I've read on here and other forums that YM knew A LOT, but ultimately wanted to strip the system down to what it is today. So, would an example be: perhaps YM knew a longer pole set (say, perhaps like the Tang Yik pole?) but stripped out what he wanted, and only taught his 'creation'?


----------



## Juany118 (Jun 27, 2016)

wckf92 said:


> Through reading and searching this forum...it appears the consensus is YM interacted with other lineage masters in the dai duk lan (spelling?) and most likely picked up other aspects of WC from different families (i.e. YKS? Pan Nam? Weng Chun? etc?) Perhaps things like pole forms, knife work, gerk jong/post training etc?
> 
> But, did he intentionally pass down different versions of the same form? For an example, there are short versions of the pole form, and longer versions. Is this YM teaching selective students different things? Or is it YM passing down forms as he was tinkering with them throughout his career?
> 
> I've read on here and other forums that YM knew A LOT, but ultimately wanted to strip the system down to what it is today. So, would an example be: perhaps YM knew a longer pole set (say, perhaps like the Tang Yik pole?) but stripped out what he wanted, and only taught his 'creation'?


We do know, according to his own nephew, that the students he personally taught were taught according to their personal strengths and weaknesses.  He also did "tinker" however.  That said we will never know the answers to your questions because much of the stuff about him learning from other Lineages and people were, at least in part marketing for his school, which wasn't uncommon...

WingChunPedia - The One and Only Wing Chun Encylopedia! | WCP / Leung Bik browse

Sent from my SM-G920P using Tapatalk


----------



## wckf92 (Jun 27, 2016)

Juany118 said:


> We do know, according to his own *nephew*, that the students he personally taught were taught according to their personal strengths and weaknesses.



Hi Juany... do you know who the nephew is?


----------



## Juany118 (Jun 27, 2016)

wckf92 said:


> Hi Juany... do you know who the nephew is?


I will find the interview.  I posted it in the"concept" thread.

Edit: found it... Lo Man KamWing Chun Grandmaster Yip Man

" The way of Yip Man’s instruction depended on every student’s degree of knowledge, natural ability, personal habits, and interests. Yip Man’s great innovation was to personalize instruction by making each student’s progress dependent on his own habits and will to succeed..."

Sent from my SM-G920P using Tapatalk


----------



## Vajramusti (Jun 27, 2016)

wckf92 said:


> Hi Juany... do you know who the nephew is?


Probably Lo Man Kam. FWIW I don't regard him as an authority.


----------



## wckf92 (Jun 27, 2016)

So, was YM keen on teaching a more intricate form to a student if he thought that student had the capacity for it?
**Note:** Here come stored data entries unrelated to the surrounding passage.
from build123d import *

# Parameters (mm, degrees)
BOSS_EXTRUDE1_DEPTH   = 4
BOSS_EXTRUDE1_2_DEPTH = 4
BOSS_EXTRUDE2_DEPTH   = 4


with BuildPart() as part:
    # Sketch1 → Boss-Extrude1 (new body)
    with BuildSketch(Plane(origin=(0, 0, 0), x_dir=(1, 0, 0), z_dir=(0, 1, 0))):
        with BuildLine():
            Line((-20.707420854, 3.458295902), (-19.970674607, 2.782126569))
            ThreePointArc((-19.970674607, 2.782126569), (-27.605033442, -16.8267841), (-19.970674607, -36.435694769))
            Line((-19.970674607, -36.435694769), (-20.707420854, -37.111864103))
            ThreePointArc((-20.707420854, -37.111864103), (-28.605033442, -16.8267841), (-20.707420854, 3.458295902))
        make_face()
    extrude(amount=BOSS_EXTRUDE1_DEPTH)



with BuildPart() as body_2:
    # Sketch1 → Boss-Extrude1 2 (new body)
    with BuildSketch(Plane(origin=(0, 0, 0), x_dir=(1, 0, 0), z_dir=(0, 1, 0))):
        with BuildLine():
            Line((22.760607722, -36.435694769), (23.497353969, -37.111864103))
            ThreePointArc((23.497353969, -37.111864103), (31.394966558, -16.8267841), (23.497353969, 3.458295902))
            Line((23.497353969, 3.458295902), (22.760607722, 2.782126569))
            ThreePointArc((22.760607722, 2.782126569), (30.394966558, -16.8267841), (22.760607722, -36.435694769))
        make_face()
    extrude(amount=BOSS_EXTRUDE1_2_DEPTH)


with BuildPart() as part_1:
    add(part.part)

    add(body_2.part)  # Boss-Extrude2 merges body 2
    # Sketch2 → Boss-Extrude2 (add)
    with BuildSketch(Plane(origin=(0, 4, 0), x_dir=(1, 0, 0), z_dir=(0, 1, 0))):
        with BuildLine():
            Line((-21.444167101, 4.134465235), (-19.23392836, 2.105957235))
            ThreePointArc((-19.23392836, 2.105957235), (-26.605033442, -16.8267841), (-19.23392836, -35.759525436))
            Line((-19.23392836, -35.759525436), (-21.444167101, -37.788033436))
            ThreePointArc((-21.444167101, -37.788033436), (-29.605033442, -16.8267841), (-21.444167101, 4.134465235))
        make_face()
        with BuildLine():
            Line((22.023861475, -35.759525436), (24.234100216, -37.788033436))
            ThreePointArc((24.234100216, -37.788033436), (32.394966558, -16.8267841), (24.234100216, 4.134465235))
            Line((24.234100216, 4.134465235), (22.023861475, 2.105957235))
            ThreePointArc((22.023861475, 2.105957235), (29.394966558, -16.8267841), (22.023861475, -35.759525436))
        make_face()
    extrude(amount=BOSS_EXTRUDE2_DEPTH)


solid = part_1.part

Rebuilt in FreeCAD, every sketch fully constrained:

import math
import FreeCAD as App
import Part
import Sketcher

V = App.Vector
Q = App.Units.Quantity

doc = App.newDocument("Part")
body = doc.addObject("PartDesign::Body", "Body")

# Sketch on XZ plane
sketch1 = body.newObject("Sketcher::SketchObject", "Sketch")
sketch1.AttachmentSupport = (doc.getObject("XZ_Plane"), [""])
sketch1.MapMode = "FlatFace"
sketch1.addGeometry([
    Part.LineSegment(V(-20, -2.8, 0), V(-20.7, -3.5, 0)),
    Part.ArcOfCircle(Part.Circle(V(1.4, 16.8, 0), V(0, 0, 1), 30), math.radians(137), math.radians(223)),
    Part.LineSegment(V(-20.7, 37.1, 0), V(-20, 36.4, 0)),
    Part.ArcOfCircle(Part.Circle(V(1.4, 16.8, 0), V(0, 0, 1), 29), math.radians(137), math.radians(223)),
], False)
sketch1.addConstraint([
    Sketcher.Constraint("Coincident", 0, 2, 1, 2),
    Sketcher.Constraint("Coincident", 1, 1, 2, 1),
    Sketcher.Constraint("Coincident", 2, 2, 3, 1),
    Sketcher.Constraint("Coincident", 3, 2, 0, 1),
    Sketcher.Constraint("Coincident", 3, 3, 1, 3),
    Sketcher.Constraint("Vertical", 0, 2, 1, 1),
    Sketcher.Constraint("Vertical", 2, 2, 3, 2),
    Sketcher.Constraint("Radius", 1, Q("30 mm")),
    Sketcher.Constraint("Radius", 3, Q("29 mm")),
    Sketcher.Constraint("DistanceX", 0, 2, -1, 1, Q("20.707421 mm")),
    Sketcher.Constraint("DistanceY", 0, 2, 1, 3, Q("20.28508 mm")),
    Sketcher.Constraint("DistanceY", 2, 2, 1, 1, Q("0.676169 mm")),
    Sketcher.Constraint("DistanceY", -1, 1, 1, 3, Q("16.826784 mm")),
])
pad1 = body.newObject("PartDesign::Pad", "Pad")
pad1.Profile = sketch1
pad1.Length = 4
pad1.Reversed = True
body2 = doc.addObject("PartDesign::Body", "Body001")

# Sketch on XZ plane
sketch2 = body2.newObject("Sketcher::SketchObject", "Sketch001")
sketch2.AttachmentSupport = (doc.getObject("XZ_Plane001"), [""])
sketch2.MapMode = "FlatFace"
sketch2.addGeometry([
    Part.LineSegment(V(22.8, 36.4, 0), V(23.5, 37.1, 0)),
    Part.ArcOfCircle(Part.Circle(V(1.4, 16.8, 0), V(0, 0, 1), 30), math.radians(-43), math.radians(43)),
    Part.LineSegment(V(23.5, -3.5, 0), V(22.8, -2.8, 0)),
    Part.ArcOfCircle(Part.Circle(V(1.4, 16.8, 0), V(0, 0, 1), 29), math.radians(-43), math.radians(43)),
], False)
sketch2.addConstraint([
    Sketcher.Constraint("Coincident", 0, 2, 1, 2),
    Sketcher.Constraint("Coincident", 1, 1, 2, 1),
    Sketcher.Constraint("Coincident", 2, 2, 3, 1),
    Sketcher.Constraint("Coincident", 3, 2, 0, 1),
    Sketcher.Constraint("Coincident", 3, 3, 1, 3),
    Sketcher.Constraint("Vertical", 0, 2, 1, 1),
    Sketcher.Constraint("Vertical", 2, 2, 3, 2),
    Sketcher.Constraint("Radius", 1, Q("30 mm")),
    Sketcher.Constraint("Radius", 3, Q("29 mm")),
    Sketcher.Constraint("DistanceY", 1, 3, 0, 2, Q("20.28508 mm")),
    Sketcher.Constraint("DistanceY", 1, 1, 2, 2, Q("0.676169 mm")),
    Sketcher.Constraint("DistanceX", -1, 1, 1, 3, Q("1.394967 mm")),
    Sketcher.Constraint("DistanceY", -1, 1, 1, 3, Q("16.826784 mm")),
])
pad2 = body2.newObject("PartDesign::Pad", "Pad001")
pad2.Profile = sketch2
pad2.Length = 4
pad2.Reversed = True
body.AllowCompound = True
doc.recompute()

boolean = body.newObject("PartDesign::Boolean", "Boolean")
boolean.Type = "Fuse"
boolean.addObjects([body2])

# Sketch on XZ plane
sketch3 = body.newObject("Sketcher::SketchObject", "Sketch002")
sketch3.AttachmentSupport = (doc.getObject("XZ_Plane"), [""])
sketch3.MapMode = "FlatFace"
sketch3.AttachmentOffset = App.Placement(V(0, 0, -4), App.Rotation())
sketch3.addGeometry([
    Part.LineSegment(V(-19.2, -2.1, 0), V(-21.4, -4.1, 0)),  # 0
    Part.ArcOfCircle(Part.Circle(V(1.4, 16.8, 0), V(0, 0, 1), 31), math.radians(137), math.radians(223)),  # 1
    Part.LineSegment(V(-21.4, 37.8, 0), V(-19.2, 35.8, 0)),  # 2
    Part.ArcOfCircle(Part.Circle(V(1.4, 16.8, 0), V(0, 0, 1), 28), math.radians(137), math.radians(223)),  # 3
    Part.LineSegment(V(22, 35.8, 0), V(24.2, 37.8, 0)),  # 4
    Part.ArcOfCircle(Part.Circle(V(1.4, 16.8, 0), V(0, 0, 1), 31), math.radians(-43), math.radians(43)),  # 5
    Part.LineSegment(V(24.2, -4.1, 0), V(22, -2.1, 0)),  # 6
    Part.ArcOfCircle(Part.Circle(V(1.4, 16.8, 0), V(0, 0, 1), 28), math.radians(-43), math.radians(43)),  # 7
], False)
sketch3.addConstraint([
    Sketcher.Constraint("Coincident", 0, 2, 1, 2),
    Sketcher.Constraint("Coincident", 1, 1, 2, 1),
    Sketcher.Constraint("Coincident", 2, 2, 3, 1),
    Sketcher.Constraint("Coincident", 3, 2, 0, 1),
    Sketcher.Constraint("Coincident", 4, 2, 5, 2),
    Sketcher.Constraint("Coincident", 5, 1, 6, 1),
    Sketcher.Constraint("Coincident", 6, 2, 7, 1),
    Sketcher.Constraint("Coincident", 7, 2, 4, 1),
    Sketcher.Constraint("Coincident", 3, 3, 1, 3),
    Sketcher.Constraint("Coincident", 5, 3, 1, 3),
    Sketcher.Constraint("Coincident", 7, 3, 1, 3),
    Sketcher.Constraint("Equal", 1, 5),
    Sketcher.Constraint("Equal", 3, 7),
    Sketcher.Constraint("Parallel", 0, 4),
    Sketcher.Constraint("Parallel", 2, 6),
    Sketcher.Constraint("Horizontal", 1, 1, 4, 2),
    Sketcher.Constraint("Horizontal", 0, 2, 5, 1),
    Sketcher.Constraint("Horizontal", 3, 2, 6, 2),
    Sketcher.Constraint("Vertical", 0, 2, 1, 1),
    Sketcher.Constraint("Radius", 1, Q("31 mm")),
    Sketcher.Constraint("Radius", 3, Q("28 mm")),
    Sketcher.Constraint("DistanceX", -1, 1, 4, 2, Q("24.2341 mm")),
    Sketcher.Constraint("DistanceY", 0, 2, 1, 1, Q("41.922499 mm")),
    Sketcher.Constraint("DistanceX", 2, 2, -1, 1, Q("19.233928 mm")),
    Sketcher.Constraint("DistanceY", -1, 1, 1, 3, Q("16.826784 mm")),
])
pad3 = body.newObject("PartDesign::Pad", "Pad002")
pad3.Profile = sketch3
pad3.Length = 4
pad3.Reversed = True

doc.recompute()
Whereas, on the other hand, if a particular student was just interested in fighting...maybe he got a "shorter" more "tactical" version of the system?


----------



## Juany118 (Jun 27, 2016)

Vajramusti said:


> Probably Lo Man Kam. FWIW I don't regard him as an authority.


Well since everyone of his "senior" students says "this is YM WC" but teaches something different, some subtly different others grossly, the statement I quoted seems proven in practice.  Also see my response below for consistency with the statements and Confucian teaching methods.
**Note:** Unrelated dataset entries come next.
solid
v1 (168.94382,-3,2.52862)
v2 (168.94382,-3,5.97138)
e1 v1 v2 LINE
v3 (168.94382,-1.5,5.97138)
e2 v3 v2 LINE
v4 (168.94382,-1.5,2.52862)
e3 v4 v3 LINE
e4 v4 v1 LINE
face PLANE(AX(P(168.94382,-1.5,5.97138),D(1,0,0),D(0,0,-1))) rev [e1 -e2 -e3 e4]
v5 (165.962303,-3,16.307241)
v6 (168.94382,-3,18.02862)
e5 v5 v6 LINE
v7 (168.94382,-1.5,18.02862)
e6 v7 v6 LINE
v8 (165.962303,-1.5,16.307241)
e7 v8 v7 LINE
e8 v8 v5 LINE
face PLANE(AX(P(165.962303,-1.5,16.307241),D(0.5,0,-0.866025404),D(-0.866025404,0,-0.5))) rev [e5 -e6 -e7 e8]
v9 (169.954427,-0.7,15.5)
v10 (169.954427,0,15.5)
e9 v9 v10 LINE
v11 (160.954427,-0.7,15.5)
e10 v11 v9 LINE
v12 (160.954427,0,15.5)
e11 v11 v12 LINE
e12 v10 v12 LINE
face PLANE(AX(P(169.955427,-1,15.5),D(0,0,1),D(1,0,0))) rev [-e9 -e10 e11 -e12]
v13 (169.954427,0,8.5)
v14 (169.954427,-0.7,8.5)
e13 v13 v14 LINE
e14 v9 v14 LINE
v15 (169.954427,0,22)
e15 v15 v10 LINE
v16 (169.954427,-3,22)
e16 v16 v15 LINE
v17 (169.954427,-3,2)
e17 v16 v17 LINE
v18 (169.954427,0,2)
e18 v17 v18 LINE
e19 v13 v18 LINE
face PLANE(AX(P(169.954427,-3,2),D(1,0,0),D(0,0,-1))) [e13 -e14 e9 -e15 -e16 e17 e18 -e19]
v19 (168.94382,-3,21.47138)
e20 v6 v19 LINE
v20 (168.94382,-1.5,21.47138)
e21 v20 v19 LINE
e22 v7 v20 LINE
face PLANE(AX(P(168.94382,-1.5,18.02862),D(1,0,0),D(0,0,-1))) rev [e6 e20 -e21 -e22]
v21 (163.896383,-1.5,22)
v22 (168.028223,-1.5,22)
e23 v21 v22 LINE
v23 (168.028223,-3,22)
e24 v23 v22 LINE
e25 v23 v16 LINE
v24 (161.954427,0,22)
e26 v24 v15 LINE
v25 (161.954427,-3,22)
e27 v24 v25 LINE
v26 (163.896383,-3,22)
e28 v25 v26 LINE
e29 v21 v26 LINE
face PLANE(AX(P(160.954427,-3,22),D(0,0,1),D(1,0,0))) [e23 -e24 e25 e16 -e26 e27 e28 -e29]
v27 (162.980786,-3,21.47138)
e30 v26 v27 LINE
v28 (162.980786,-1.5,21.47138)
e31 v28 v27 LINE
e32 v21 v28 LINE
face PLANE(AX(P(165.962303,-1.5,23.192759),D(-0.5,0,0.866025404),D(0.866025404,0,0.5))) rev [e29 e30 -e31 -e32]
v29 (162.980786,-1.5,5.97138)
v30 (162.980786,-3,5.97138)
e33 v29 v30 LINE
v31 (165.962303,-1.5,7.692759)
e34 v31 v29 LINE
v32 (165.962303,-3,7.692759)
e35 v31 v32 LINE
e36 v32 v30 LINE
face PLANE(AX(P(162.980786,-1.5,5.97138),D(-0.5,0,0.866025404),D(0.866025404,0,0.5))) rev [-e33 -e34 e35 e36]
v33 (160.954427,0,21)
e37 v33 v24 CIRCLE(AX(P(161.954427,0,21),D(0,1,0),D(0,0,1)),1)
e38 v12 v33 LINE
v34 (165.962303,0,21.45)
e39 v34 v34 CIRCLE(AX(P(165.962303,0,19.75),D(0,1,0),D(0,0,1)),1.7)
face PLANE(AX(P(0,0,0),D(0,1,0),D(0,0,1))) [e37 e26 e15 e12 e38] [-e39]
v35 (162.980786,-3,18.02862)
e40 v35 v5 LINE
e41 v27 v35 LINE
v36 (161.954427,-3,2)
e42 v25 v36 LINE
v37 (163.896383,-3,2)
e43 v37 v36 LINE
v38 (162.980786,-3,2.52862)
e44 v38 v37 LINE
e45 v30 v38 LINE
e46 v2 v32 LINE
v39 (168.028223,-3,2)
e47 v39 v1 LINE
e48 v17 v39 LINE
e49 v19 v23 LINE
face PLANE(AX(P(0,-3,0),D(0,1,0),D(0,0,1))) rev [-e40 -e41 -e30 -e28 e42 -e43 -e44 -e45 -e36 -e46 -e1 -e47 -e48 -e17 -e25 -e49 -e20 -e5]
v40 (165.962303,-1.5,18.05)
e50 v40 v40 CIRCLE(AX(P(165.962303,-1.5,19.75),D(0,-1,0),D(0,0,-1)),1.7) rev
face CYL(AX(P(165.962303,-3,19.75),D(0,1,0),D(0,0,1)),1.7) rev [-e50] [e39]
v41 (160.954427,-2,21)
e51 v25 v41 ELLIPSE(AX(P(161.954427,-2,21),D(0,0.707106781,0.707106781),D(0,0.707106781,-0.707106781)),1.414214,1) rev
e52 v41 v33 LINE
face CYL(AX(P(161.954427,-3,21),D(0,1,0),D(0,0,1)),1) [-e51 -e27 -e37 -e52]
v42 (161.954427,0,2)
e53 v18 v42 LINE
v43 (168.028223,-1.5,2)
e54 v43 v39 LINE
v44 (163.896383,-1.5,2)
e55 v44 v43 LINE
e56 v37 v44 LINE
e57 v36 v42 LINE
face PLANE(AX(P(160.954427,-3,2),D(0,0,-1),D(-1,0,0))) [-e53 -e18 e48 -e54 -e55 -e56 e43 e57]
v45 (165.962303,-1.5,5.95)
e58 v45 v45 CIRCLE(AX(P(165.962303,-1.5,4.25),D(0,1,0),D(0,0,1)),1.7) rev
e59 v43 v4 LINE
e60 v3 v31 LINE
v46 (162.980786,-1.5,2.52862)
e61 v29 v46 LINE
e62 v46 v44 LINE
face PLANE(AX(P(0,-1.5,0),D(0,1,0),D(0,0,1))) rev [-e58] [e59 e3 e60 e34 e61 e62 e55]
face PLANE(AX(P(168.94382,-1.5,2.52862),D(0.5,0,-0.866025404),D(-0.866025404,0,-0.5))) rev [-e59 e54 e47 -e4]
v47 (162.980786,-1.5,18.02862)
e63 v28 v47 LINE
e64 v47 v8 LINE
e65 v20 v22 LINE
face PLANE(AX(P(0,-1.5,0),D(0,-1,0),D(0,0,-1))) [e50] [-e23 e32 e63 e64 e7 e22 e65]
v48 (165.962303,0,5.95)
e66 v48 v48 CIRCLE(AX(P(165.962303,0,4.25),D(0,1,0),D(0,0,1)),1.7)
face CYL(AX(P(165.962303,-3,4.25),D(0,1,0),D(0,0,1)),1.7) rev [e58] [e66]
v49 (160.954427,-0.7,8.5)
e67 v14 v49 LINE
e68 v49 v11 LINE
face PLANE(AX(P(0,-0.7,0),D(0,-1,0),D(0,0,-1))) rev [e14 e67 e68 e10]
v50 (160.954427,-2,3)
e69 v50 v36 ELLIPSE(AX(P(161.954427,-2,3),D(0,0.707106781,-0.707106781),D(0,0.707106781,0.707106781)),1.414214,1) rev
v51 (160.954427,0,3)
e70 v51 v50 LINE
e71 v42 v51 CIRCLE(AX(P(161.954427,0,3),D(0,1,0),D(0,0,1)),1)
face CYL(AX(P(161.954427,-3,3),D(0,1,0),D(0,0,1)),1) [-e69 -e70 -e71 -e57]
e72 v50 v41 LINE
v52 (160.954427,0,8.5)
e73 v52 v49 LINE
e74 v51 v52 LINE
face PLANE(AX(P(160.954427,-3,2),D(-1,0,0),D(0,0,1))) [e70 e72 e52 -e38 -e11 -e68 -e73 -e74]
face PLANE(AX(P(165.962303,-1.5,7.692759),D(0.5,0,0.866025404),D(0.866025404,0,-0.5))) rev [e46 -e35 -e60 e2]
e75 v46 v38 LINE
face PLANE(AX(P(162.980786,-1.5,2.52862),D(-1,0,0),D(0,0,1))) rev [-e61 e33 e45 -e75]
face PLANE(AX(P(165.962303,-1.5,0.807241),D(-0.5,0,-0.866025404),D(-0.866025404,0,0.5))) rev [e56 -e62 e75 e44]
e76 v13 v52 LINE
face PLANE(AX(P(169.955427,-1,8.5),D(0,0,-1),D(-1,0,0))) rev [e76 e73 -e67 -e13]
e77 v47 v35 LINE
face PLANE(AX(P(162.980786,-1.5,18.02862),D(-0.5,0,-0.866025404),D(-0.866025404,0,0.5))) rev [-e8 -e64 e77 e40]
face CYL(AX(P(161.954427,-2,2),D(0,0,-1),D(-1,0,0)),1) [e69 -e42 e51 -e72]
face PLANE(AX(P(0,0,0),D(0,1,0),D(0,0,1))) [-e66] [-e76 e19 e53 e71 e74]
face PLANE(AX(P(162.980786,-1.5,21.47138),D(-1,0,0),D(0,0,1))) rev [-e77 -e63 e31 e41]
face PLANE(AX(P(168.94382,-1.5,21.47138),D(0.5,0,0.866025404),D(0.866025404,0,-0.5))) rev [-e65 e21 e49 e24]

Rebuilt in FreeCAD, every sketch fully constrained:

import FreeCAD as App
import Part
import Sketcher

V = App.Vector
Q = App.Units.Quantity


def edges_at(feature, points):
    """Names of the edges that pass closest to the given points."""
    edges = feature.Shape.Edges
    near = lambda p: min(range(len(edges)), key=lambda i: edges[i].distToShape(Part.Vertex(*p))[0])
    return sorted({f"Edge{near(p) + 1}" for p in points})


def add_polygon(sketch, points):
    """Adds a closed chain of lines whose ends are joined by coincident constraints."""
    first, n = sketch.GeometryCount, len(points)
    for a, b in zip(points, points[1:] + points[:1]):
        sketch.addGeometry(Part.LineSegment(App.Vector(*a, 0), App.Vector(*b, 0)), False)
    for i in range(n):
        sketch.addConstraint(Sketcher.Constraint("Coincident", first + i, 2, first + (i + 1) % n, 1))

doc = App.newDocument("Part")
body = doc.addObject("PartDesign::Body", "Body")

sketch1 = body.newObject("Sketcher::SketchObject", "Sketch")
sketch1.AttachmentSupport = (doc.getObject("XZ_Plane"), [""])
sketch1.MapMode = "FlatFace"
add_polygon(sketch1, [(161, 2), (161, 22), (170, 22), (170, 2)])
sketch1.addGeometry(Part.Circle(V(166, 19.8, 0), V(0, 0, 1), 1.7), False)
sketch1.addGeometry(Part.Circle(V(166, 4.2, 0), V(0, 0, 1), 1.7), False)
sketch1.addConstraint(Sketcher.Constraint("Vertical", 0))
sketch1.addConstraint(Sketcher.Constraint("Horizontal", 1))
sketch1.addConstraint(Sketcher.Constraint("Vertical", 2))
sketch1.addConstraint(Sketcher.Constraint("Horizontal", 3))
sketch1.addConstraint(Sketcher.Constraint("Equal", 4, 5))
sketch1.addConstraint(Sketcher.Constraint("Vertical", 4, 3, 5, 3))
sketch1.addConstraint(Sketcher.Constraint("Diameter", 4, Q("3.4 mm")))
sketch1.addConstraint(Sketcher.Constraint("DistanceX", 1, 1, 1, 2, Q("9 mm")))
sketch1.addConstraint(Sketcher.Constraint("DistanceY", 0, 1, 0, 2, Q("20 mm")))
sketch1.addConstraint(Sketcher.Constraint("DistanceY", -1, 1, 0, 2, Q("22 mm")))
sketch1.addConstraint(Sketcher.Constraint("DistanceY", 5, 3, 4, 3, Q("15.5 mm")))
sketch1.addConstraint(Sketcher.Constraint("DistanceY", -1, 1, 4, 3, Q("19.75 mm")))
sketch1.addConstraint(Sketcher.Constraint("DistanceX", -1, 1, 4, 3, Q("165.962303 mm")))
sketch1.addConstraint(Sketcher.Constraint("DistanceX", -1, 1, 0, 2, Q("160.954427 mm")))
pad1 = body.newObject("PartDesign::Pad", "Pad")
pad1.Profile = sketch1
pad1.Length = 3

sketch2 = body.newObject("Sketcher::SketchObject", "Sketch001")
sketch2.AttachmentSupport = (doc.getObject("XZ_Plane"), [""])
sketch2.MapMode = "FlatFace"
sketch2.AttachmentOffset = App.Placement(V(0, 0, 3), App.Rotation())
add_polygon(sketch2, [(168.9, 21.5), (166, 23.2), (163, 21.5), (163, 18), (166, 16.3), (168.9, 18)])
add_polygon(sketch2, [(168.9, 2.5), (168.9, 6), (166, 7.7), (163, 6), (163, 2.5), (166, 0.8)])
sketch2.addConstraint(Sketcher.Constraint("Vertical", 2))
sketch2.addConstraint(Sketcher.Constraint("Vertical", 5))
sketch2.addConstraint(Sketcher.Constraint("Vertical", 6))
sketch2.addConstraint(Sketcher.Constraint("Vertical", 9))
sketch2.addConstraint(Sketcher.Constraint("Parallel", 0, 3))
sketch2.addConstraint(Sketcher.Constraint("Parallel", 1, 4))
sketch2.addConstraint(Sketcher.Constraint("Parallel", 3, 7))
sketch2.addConstraint(Sketcher.Constraint("Parallel", 4, 8))
sketch2.addConstraint(Sketcher.Constraint("Parallel", 7, 10))
sketch2.addConstraint(Sketcher.Constraint("Parallel", 8, 11))
sketch2.addConstraint(Sketcher.Constraint("Horizontal", 2, 2, 4, 2))
sketch2.addConstraint(Sketcher.Constraint("Horizontal", 1, 2, 5, 2))
sketch2.addConstraint(Sketcher.Constraint("Horizontal", 6, 2, 8, 2))
sketch2.addConstraint(Sketcher.Constraint("Horizontal", 9, 2, 11, 2))
sketch2.addConstraint(Sketcher.Constraint("Vertical", 0, 2, 3, 2))
sketch2.addConstraint(Sketcher.Constraint("Vertical", 5, 2, 6, 2))
sketch2.addConstraint(Sketcher.Constraint("Vertical", 3, 2, 7, 2))
sketch2.addConstraint(Sketcher.Constraint("Equal", 5, 6))
sketch2.addConstraint(Sketcher.Constraint("Angle", 0, Q("150 deg")))
sketch2.addConstraint(Sketcher.Constraint("DistanceY", 6, 2, 5, 2, Q("15.5 mm")))
sketch2.addConstraint(Sketcher.Constraint("DistanceY", 2, 2, 2, 1, Q("3.442759 mm")))
sketch2.addConstraint(Sketcher.Constraint("Distance", 0, Q("3.442759 mm")))
sketch2.addConstraint(Sketcher.Constraint("DistanceY", -1, 1, 0, 2, Q("23.192759 mm")))
sketch2.addConstraint(Sketcher.Constraint("DistanceX", -1, 1, 4, 2, Q("168.94382 mm")))
pocket1 = body.newObject("PartDesign::Pocket", "Pocket")
pocket1.Profile = sketch2
pocket1.Length = 1.5

sketch3 = body.newObject("Sketcher::SketchObject", "Sketch002")
sketch3.AttachmentSupport = (doc.getObject("YZ_Plane"), [""])
sketch3.MapMode = "FlatFace"
sketch3.AttachmentOffset = App.Placement(V(0, 0, 160.954427), App.Rotation())
add_polygon(sketch3, [(0, 8.5), (-1, 8.5), (-1, 15.5), (0, 15.5)])
sketch3.addConstraint(Sketcher.Constraint("Horizontal", 0))
sketch3.addConstraint(Sketcher.Constraint("Vertical", 1))
sketch3.addConstraint(Sketcher.Constraint("Horizontal", 2))
sketch3.addConstraint(Sketcher.Constraint("Vertical", 3))
sketch3.addConstraint(Sketcher.Constraint("PointOnObject", 2, 2, -2))
sketch3.addConstraint(Sketcher.Constraint("DistanceX", 0, 2, 0, 1, Q("1 mm")))
sketch3.addConstraint(Sketcher.Constraint("DistanceY", 1, 1, 1, 2, Q("7 mm")))
sketch3.addConstraint(Sketcher.Constraint("DistanceY", -1, 1, 0, 2, Q("8.5 mm")))
pocket2 = body.newObject("PartDesign::Pocket", "Pocket001")
pocket2.Profile = sketch3
pocket2.Type = "UpToFirst"
pocket2.Reversed = True
doc.recompute()

fillet = body.newObject("PartDesign::Fillet", "Fillet")
fillet.Base = (pocket2, edges_at(pocket2, [(160.954, -3, 12), (160.954, -1.5, 2), (160.954, -1.5, 22)]))
fillet.Radius = 1

sketch4 = body.newObject("Sketcher::SketchObject", "Sketch003")
sketch4.AttachmentSupport = (doc.getObject("XZ_Plane"), [""])
sketch4.MapMode = "FlatFace"
sketch4.AttachmentOffset = App.Placement(V(0, 0, 1), App.Rotation())
add_polygon(sketch4, [(161, 8), (161, 16), (170, 16), (170, 8)])
sketch4.addConstraint(Sketcher.Constraint("Vertical", 0))
sketch4.addConstraint(Sketcher.Constraint("Horizontal", 1))
sketch4.addConstraint(Sketcher.Constraint("Vertical", 2))
sketch4.addConstraint(Sketcher.Constraint("Horizontal", 3))
sketch4.addConstraint(Sketcher.Constraint("DistanceX", 1, 1, 1, 2, Q("9 mm")))
sketch4.addConstraint(Sketcher.Constraint("DistanceY", 0, 1, 0, 2, Q("7 mm")))
sketch4.addConstraint(Sketcher.Constraint("DistanceY", -1, 1, 0, 2, Q("15.5 mm")))
sketch4.addConstraint(Sketcher.Constraint("DistanceX", -1, 1, 0, 2, Q("160.954427 mm")))
pad2 = body.newObject("PartDesign::Pad", "Pad001")
pad2.Profile = sketch4
pad2.Length = 0.3
pad2.Reversed = True

doc.recompute()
Sent from my SM-G920P using Tapatalk


----------



## Juany118 (Jun 27, 2016)

wckf92 said:


> So, was YM keen on teaching a more intricate form to a student if he thought that student had the capacity for it? Whereas, on the other hand, if a particular student was just interested in fighting...maybe he got a "shorter" more "tactical" version of the system?


I wouldn't go that far.  YM was a traditional teacher in the Chinese/Confucian manner, according to the majority of his older students.  They even called him the epitome of the Confucian gentleman.  In the end he wanted to teach WC, he might not demand as much of a "lesser" student bit he would not teach a more "tactical" form.  I mean more of a  (speaking as YM) "okay I am 5'3" and weigh little.  "Bob" here however is 5'10" and has a more powerful frame, so techniques less suitable for me may work for him so let's see if they work better for him.". 

Something else makes a difference as well... the Confucian method of teaching is similar to the Socratic method.  You explain the concept/idea once and briefly.  This is done with the expectation that the student asks questions to encourage critical thinking.  If a student didn't ask questions they would likely misunderstand or simply not get it at all.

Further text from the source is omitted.